Autres mesures en faveur du secteur
- Stocks de bovins : un soutien face à la décapitalisation
À noter également parmi les articles de la première partie du PLF, le gouvernement propose d’avancer l’application de la provision pour augmentation de la valeur des stocks de vaches laitières et allaitantes. Cette disposition s’appliquerait dès les exercices clos à compter du 1er janvier 2024, afin de soutenir le secteur dans un contexte de décapitalisation des cheptels.
- Transmission d’exploitations : des seuils d’exonération relevés
Le texte prévoit de sécuriser et d’améliorer le dispositif fiscal encourageant les transmissions d’exploitations, avec un rehaussement des seuils d’exonération partielle des droits de mutation pour la transmission de biens ruraux donnés à bail rural à long terme. Il s’appliquerait aux transmissions intervenant à compter du 15 février 2025, y compris lorsque le bail a été signé avant le 1er janvier 2025. Cette mesure vise à faciliter l’installation des jeunes agriculteurs en allégeant le coût fiscal lié à la reprise d’une exploitation.
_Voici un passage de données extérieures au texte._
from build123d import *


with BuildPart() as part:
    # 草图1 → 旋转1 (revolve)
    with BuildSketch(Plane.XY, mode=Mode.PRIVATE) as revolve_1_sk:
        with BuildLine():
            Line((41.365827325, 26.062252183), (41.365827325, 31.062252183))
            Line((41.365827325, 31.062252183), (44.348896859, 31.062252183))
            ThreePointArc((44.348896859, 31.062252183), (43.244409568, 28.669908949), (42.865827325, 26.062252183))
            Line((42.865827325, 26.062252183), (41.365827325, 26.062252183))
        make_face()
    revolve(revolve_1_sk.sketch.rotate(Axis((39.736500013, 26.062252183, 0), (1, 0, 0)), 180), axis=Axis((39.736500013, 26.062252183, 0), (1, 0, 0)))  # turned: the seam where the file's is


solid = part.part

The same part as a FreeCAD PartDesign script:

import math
import FreeCAD as App
import Part
import Sketcher
Q = App.Units.Quantity

doc = App.newDocument("Part")
body = doc.addObject("PartDesign::Body", "Body")

# Sketch on XY plane
sketch1 = body.newObject("Sketcher::SketchObject", "Sketch")
sketch1.AttachmentSupport = (doc.getObject("XY_Plane"), [""])
sketch1.MapMode = "FlatFace"
sketch1.addGeometry(Part.LineSegment(App.Vector(41.4, 31.1, 0), App.Vector(41.4, 26.1, 0)), False)
sketch1.addGeometry(Part.LineSegment(App.Vector(41.4, 26.1, 0), App.Vector(42.9, 26.1, 0)), False)
sketch1.addGeometry(Part.ArcOfCircle(Part.Circle(App.Vector(52, 26.1, 0), App.Vector(0, 0, 1), 9.2), math.radians(147), math.radians(180)), False)
sketch1.addGeometry(Part.LineSegment(App.Vector(44.3, 31.1, 0), App.Vector(41.4, 31.1, 0)), False)
sketch1.addGeometry(Part.LineSegment(App.Vector(41.4, 26.1, 0), App.Vector(52, 26.1, 0)), True)  # axis
sketch1.addConstraint(Sketcher.Constraint("Coincident", 0, 2, 1, 1))
sketch1.addConstraint(Sketcher.Constraint("Coincident", 1, 2, 2, 2))
sketch1.addConstraint(Sketcher.Constraint("Coincident", 2, 1, 3, 1))
sketch1.addConstraint(Sketcher.Constraint("Coincident", 3, 2, 0, 1))
sketch1.addConstraint(Sketcher.Constraint("Vertical", 0))
sketch1.addConstraint(Sketcher.Constraint("Horizontal", 1))
sketch1.addConstraint(Sketcher.Constraint("Horizontal", 3))
sketch1.addConstraint(Sketcher.Constraint("Horizontal", 4))
sketch1.addConstraint(Sketcher.Constraint("Coincident", 4, 1, 0, 2))
sketch1.addConstraint(Sketcher.Constraint("Coincident", 4, 2, 2, 3))
sketch1.addConstraint(Sketcher.Constraint("DistanceY", 0, 2, 0, 1, Q("5 mm")))
sketch1.addConstraint(Sketcher.Constraint("Radius", 2, Q("9.17 mm")))
sketch1.addConstraint(Sketcher.Constraint("DistanceX", 1, 1, 1, 2, Q("1.5 mm")))
sketch1.addConstraint(Sketcher.Constraint("DistanceX", -1, 1, 2, 3, Q("52.035827 mm")))
sketch1.addConstraint(Sketcher.Constraint("DistanceY", -1, 1, 2, 3, Q("26.062252 mm")))
revolution = body.newObject("PartDesign::Revolution", "Revolution")
revolution.Profile = sketch1
revolution.ReferenceAxis = (sketch1, ["Axis0"])
revolution.Angle = 360

doc.recompute()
- Holdings patrimoniales : l’activité agricole préservée
L’article 3 du projet de loi introduit une taxe sur les holdings patrimoniales détenant des actifs non affectés à une activité opérationnelle. Le texte précise toutefois que les biens ou droits (meubles ou immeubles) affectés à l’exercice d’une activité agricole ne sont pas pris en compte dans le calcul de cette taxe. Cette disposition vise à protéger les structures agricoles de cette nouvelle taxation.
- Irrigation : un abattement de redevance
Dans le cadre d’ajustements de la fiscalité de l’eau qui fait suite à la réforme de 2024, le projet de loi prévoit un abattement sur la redevance de consommation d’eau potable pour les agriculteurs qui utilisent cette ressource pour l’irrigation, lorsqu’aucune autre solution n’est techniquement ou économiquement possible. Cet abattement est plafonné à 20 000 mètres cubes facturés par année civile.
Niches fiscales, des suppressions qui font débat
Le projet de loi prévoit en son article 5 la suppression et la rationalisation de diverses dépenses fiscales jugées « inefficientes ou obsolètes ».
- Transmissions d’exploitations
L’exonération d’impôt sur le revenu relative aux intérêts du différé de paiement lors de la transmission d’une exploitation agricole serait supprimée. Selon l’exposé des motifs, ce dispositif est considéré comme « éteint » et ne produit plus d’effet budgétaire.
- Biocarburants agricoles
Deux mesures importantes toucheraient les carburants alternatifs : la suppression du tarif particulier pour le carburant B100, qui bénéficierait désormais des tarifs réduits applicables au secteur des transports routier ou ferroviaire, et la réduction progressive de l’avantage fiscal sur le carburant E85 (produit notamment à partir de betteraves). Il s’agit là du « gros point irritant du projet de budget », écrit l’AFP, soulignant que « ces agrocarburants peuvent constituer une source de revenus importante pour les agriculteurs, qui redoutent une concurrence accrue sur l’éthanol si l’accord entre l’Union européenne et des pays du Mercosur entrait en vigueur ».
Lors d’une conférence de presse au Sommet de l’élevage le 8 octobre 2025, le président de la FNSEA, Arnaud Rousseau, avait indiqué à la presse avoir échangé avec le rapporteur général du budget à l’Assemblée nationale, Philippe Juvin (LR), quelques jours plus tôt. « Il nous a demandé, comme d’habitude, de lui envoyer dès à présent nos liasses d’amendements sur les thématiques importantes », a-t-il indiqué.
Toutes ces mesures sont des propositions contenues dans le projet de loi de finances pour 2026. Elles doivent maintenant être examinées et votées par le Parlement, qui peut les modifier, les supprimer ou en ajouter de nouvelles.